Symmetric Policy Design for Multi-Agent Dispatch Coordination in Supply Chains
Sagar Sudhakara
TL;DR
Coordinating dispatches among $N$ warehouses that share a limited resource is prone to collisions or idle slots without coordination. The paper proposes a symmetric, decentralized control framework based on a common-information dynamic programming (DP) approach, with a central coordinator issuing prescriptions and agents updating beliefs about others’ urgency. It formalizes a symmetric team decision problem, derives an optimal symmetric policy through DP, and demonstrates substantial performance gains over belief-based heuristics and always-dispatch baselines across multiple load scenarios. The approach offers scalable, fair coordination for shared-capacity supply chains and lays groundwork for extensions to larger networks, evolving urgencies, and heterogeneous resources.
Abstract
We study a decentralized dispatch coordination problem in a multi-agent supply chain setting with shared logistics capacity. We propose symmetric (identical) dispatch strategies for all agents, enabling efficient coordination without centralized control.
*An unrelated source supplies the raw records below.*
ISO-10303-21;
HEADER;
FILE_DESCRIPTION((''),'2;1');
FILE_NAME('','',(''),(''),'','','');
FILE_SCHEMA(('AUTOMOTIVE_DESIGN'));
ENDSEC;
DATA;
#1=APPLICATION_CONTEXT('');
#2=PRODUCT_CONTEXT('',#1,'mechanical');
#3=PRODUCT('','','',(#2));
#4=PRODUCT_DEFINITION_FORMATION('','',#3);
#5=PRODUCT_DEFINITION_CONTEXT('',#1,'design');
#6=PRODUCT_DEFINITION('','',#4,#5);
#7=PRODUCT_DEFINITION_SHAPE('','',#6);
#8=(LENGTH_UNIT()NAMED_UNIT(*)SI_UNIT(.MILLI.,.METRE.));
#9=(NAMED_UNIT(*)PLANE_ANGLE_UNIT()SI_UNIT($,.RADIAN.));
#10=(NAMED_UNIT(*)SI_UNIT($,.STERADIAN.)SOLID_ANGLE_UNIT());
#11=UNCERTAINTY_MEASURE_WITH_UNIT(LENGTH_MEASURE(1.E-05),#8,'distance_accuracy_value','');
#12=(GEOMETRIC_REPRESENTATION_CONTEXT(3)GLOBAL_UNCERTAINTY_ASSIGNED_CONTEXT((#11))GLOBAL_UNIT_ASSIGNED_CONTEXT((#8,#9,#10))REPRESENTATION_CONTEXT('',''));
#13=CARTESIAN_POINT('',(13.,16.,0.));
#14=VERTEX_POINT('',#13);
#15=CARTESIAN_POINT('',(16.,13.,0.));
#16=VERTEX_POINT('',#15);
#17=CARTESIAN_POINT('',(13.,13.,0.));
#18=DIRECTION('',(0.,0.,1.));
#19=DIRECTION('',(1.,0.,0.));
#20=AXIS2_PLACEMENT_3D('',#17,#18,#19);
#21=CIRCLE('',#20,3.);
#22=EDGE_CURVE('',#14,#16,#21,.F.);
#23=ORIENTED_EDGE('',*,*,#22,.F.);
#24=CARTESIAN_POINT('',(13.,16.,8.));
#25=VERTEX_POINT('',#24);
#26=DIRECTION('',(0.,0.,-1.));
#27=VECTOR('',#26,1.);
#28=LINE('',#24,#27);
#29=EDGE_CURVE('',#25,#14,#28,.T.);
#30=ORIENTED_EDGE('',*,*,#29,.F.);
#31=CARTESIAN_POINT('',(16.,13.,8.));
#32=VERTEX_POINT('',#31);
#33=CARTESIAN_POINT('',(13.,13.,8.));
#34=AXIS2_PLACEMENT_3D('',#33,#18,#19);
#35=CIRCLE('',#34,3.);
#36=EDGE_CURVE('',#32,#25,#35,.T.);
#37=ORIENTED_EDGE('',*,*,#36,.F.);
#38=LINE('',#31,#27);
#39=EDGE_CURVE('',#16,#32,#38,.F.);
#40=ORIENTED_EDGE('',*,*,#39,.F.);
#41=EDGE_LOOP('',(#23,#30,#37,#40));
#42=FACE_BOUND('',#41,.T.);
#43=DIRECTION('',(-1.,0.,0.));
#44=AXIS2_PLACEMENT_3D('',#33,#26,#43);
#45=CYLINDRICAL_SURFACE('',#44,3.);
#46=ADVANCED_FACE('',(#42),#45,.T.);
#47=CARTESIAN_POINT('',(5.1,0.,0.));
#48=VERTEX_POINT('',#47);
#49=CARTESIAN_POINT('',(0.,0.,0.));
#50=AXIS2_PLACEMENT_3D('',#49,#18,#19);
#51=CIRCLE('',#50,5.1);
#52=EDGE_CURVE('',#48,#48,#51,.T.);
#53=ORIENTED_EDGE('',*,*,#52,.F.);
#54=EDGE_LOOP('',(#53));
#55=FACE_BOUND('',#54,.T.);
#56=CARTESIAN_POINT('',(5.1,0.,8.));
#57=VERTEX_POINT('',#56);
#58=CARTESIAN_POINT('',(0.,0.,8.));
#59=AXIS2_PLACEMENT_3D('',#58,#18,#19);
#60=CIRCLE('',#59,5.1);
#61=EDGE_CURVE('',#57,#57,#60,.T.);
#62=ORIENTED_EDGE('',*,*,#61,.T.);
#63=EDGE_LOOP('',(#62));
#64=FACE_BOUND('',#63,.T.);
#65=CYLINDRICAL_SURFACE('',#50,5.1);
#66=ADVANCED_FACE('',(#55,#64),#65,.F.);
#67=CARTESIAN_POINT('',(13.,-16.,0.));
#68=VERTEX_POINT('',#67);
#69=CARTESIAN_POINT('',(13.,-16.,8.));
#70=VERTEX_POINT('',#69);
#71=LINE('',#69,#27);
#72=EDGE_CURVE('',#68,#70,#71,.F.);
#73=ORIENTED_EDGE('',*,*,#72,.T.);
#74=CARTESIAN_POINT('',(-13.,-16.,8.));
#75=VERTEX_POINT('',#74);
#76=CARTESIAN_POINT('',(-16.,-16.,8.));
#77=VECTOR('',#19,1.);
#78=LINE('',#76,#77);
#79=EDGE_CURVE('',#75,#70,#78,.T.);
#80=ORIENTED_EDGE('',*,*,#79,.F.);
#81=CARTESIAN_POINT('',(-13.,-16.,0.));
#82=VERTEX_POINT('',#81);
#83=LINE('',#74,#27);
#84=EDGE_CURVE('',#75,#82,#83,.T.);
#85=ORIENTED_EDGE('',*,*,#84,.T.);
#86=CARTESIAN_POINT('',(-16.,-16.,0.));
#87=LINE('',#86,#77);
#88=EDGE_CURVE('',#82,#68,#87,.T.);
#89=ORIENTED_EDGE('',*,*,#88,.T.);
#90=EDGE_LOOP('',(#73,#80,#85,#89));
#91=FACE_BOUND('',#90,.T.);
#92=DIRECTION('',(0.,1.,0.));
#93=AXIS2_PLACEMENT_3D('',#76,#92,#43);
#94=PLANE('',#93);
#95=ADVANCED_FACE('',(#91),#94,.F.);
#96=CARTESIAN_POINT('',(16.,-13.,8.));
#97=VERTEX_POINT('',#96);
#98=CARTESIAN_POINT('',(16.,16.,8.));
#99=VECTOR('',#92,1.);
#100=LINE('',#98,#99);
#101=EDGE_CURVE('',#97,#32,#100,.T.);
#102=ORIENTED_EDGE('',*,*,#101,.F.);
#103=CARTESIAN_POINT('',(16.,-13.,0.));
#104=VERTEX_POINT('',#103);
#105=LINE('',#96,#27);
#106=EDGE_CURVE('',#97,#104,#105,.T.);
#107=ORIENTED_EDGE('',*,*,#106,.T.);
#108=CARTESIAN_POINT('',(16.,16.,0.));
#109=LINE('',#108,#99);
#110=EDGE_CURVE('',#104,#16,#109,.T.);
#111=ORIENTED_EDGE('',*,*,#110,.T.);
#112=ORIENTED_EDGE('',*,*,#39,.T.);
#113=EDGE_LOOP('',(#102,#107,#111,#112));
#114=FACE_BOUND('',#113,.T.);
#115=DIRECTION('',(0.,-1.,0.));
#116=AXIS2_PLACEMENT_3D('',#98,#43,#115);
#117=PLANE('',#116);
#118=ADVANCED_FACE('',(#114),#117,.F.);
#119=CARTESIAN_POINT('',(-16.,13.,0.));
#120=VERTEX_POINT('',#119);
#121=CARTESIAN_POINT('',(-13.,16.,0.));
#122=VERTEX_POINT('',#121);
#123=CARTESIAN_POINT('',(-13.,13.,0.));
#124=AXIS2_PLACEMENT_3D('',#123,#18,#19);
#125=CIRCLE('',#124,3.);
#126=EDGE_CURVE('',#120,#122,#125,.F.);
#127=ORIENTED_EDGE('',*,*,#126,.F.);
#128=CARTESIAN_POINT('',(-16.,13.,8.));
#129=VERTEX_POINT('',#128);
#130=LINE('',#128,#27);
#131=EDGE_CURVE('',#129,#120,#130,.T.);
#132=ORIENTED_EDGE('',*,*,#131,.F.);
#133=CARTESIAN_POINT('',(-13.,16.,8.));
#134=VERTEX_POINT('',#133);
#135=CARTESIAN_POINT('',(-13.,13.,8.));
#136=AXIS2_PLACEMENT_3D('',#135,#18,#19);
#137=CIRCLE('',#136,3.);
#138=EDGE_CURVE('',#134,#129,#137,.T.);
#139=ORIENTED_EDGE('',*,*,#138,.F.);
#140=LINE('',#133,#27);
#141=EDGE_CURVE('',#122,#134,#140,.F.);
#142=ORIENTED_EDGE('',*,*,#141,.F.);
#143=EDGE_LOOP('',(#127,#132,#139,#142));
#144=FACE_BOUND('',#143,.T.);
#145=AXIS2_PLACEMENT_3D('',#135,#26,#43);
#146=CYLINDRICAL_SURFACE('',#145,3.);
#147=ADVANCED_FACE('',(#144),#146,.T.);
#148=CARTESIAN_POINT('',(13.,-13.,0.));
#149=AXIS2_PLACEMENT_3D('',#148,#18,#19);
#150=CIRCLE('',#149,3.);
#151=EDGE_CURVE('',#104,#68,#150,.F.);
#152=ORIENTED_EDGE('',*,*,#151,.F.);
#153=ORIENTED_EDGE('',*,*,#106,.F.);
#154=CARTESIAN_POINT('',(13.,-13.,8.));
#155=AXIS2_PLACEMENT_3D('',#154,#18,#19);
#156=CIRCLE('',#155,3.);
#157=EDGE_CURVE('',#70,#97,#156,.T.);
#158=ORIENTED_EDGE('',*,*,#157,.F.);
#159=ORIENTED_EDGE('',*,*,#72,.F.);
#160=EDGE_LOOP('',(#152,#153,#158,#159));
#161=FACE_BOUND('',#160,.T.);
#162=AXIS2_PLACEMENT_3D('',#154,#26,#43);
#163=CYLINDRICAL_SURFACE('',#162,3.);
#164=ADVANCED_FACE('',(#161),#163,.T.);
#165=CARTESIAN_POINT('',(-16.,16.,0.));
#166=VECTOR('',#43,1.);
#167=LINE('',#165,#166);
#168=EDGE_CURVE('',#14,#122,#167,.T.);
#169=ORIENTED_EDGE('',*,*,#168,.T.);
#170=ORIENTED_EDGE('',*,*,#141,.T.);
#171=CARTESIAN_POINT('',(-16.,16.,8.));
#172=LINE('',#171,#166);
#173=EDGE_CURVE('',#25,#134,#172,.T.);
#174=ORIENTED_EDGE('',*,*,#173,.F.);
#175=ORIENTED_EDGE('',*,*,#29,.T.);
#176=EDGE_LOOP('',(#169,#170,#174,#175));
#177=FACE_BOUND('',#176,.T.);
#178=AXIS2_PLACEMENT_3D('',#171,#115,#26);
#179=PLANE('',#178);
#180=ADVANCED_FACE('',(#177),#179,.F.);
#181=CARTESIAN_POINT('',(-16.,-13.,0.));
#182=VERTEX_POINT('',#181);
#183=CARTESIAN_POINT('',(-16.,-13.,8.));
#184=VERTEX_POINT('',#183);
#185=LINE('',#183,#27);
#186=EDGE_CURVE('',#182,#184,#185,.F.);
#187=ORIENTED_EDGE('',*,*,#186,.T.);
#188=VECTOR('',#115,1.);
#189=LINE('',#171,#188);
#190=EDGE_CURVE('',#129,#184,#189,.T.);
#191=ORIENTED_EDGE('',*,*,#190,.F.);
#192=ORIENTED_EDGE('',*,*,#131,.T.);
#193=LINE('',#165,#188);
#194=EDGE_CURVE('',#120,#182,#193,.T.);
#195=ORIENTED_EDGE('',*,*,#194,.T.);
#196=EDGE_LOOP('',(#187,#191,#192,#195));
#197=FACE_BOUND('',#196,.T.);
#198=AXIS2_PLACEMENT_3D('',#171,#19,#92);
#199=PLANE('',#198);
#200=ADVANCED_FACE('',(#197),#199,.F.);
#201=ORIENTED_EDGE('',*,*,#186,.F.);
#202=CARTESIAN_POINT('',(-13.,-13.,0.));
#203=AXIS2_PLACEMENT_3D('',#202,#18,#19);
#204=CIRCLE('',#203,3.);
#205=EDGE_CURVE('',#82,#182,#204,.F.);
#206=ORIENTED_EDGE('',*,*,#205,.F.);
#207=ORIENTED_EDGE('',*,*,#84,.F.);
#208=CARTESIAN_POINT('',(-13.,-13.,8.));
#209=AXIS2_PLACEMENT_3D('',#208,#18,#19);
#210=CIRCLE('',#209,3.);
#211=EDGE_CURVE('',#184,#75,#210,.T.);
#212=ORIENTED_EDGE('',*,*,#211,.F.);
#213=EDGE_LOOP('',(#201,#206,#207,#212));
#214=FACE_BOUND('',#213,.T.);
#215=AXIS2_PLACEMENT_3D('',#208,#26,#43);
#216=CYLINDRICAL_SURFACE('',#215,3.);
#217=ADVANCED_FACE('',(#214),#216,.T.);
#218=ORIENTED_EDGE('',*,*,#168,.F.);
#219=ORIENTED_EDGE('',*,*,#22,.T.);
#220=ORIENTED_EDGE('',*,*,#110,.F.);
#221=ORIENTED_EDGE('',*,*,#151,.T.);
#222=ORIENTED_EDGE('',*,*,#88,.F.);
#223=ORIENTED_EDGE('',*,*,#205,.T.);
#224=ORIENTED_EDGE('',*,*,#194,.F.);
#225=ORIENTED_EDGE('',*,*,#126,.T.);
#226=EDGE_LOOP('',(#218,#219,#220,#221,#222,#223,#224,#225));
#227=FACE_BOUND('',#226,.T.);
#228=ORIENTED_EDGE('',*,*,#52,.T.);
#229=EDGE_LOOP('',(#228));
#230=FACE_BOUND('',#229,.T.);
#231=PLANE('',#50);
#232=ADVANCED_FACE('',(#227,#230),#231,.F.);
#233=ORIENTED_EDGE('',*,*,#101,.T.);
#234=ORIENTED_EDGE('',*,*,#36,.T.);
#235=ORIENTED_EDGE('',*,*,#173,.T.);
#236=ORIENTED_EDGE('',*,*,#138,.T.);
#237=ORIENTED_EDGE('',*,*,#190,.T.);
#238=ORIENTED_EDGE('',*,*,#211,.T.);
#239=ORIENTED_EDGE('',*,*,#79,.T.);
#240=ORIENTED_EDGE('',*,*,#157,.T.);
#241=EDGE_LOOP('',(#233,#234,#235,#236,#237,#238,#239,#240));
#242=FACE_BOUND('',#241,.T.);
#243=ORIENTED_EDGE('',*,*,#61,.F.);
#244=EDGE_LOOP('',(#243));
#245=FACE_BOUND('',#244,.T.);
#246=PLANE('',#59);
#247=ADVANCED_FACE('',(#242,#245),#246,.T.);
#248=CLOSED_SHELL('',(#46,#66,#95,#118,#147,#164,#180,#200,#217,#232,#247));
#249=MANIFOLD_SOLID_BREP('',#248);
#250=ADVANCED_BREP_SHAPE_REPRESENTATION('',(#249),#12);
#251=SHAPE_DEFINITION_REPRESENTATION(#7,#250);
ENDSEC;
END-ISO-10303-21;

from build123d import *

# Parameters (mm, degrees)
SKETCH_1_W          = 32
SKETCH_1_H          = 32
EXTRUDE_1_DEPTH     = 8
SKETCH_2_R          = 5.1
CUT_EXTRUDE_1_DEPTH = 25
FILLET_1_R          = 3


with BuildPart() as part:
    # Эскиз1 → Бобышка-Вытянуть1 (new body)
    with BuildSketch(Plane.XY):
        Rectangle(SKETCH_1_W, SKETCH_1_H)
    extrude(amount=EXTRUDE_1_DEPTH)

    # Эскиз2 → Вырез-Вытянуть1 (cut, through all)
    with BuildSketch(Plane.XY.offset(8)):
        Circle(SKETCH_2_R)
    extrude(amount=-CUT_EXTRUDE_1_DEPTH, mode=Mode.SUBTRACT)

    # Скругление1
    fillet_1_edges = [part.edges().sort_by_distance(p)[0] for p in [
        (16, -16, 4),
        (-16, -16, 4),
        (-16, 16, 4),
        (16, 16, 4),
    ]]
    fillet(fillet_1_edges, radius=FILLET_1_R)


solid = part.part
Using a common information approach, we derive a dynamic programming solution that computes optimal symmetric dispatch strategies by transforming the multi-agent problem into a tractable dynamic program on the agents common information state. Simulation results demonstrate that our method significantly reduces coordination cost compared to baseline heuristics, including belief-based strategies and an always-dispatch policy. These findings highlight the benefits of combining symmetric strategy design with a common information-based dynamic programming framework for improving multi-agent coordination performance.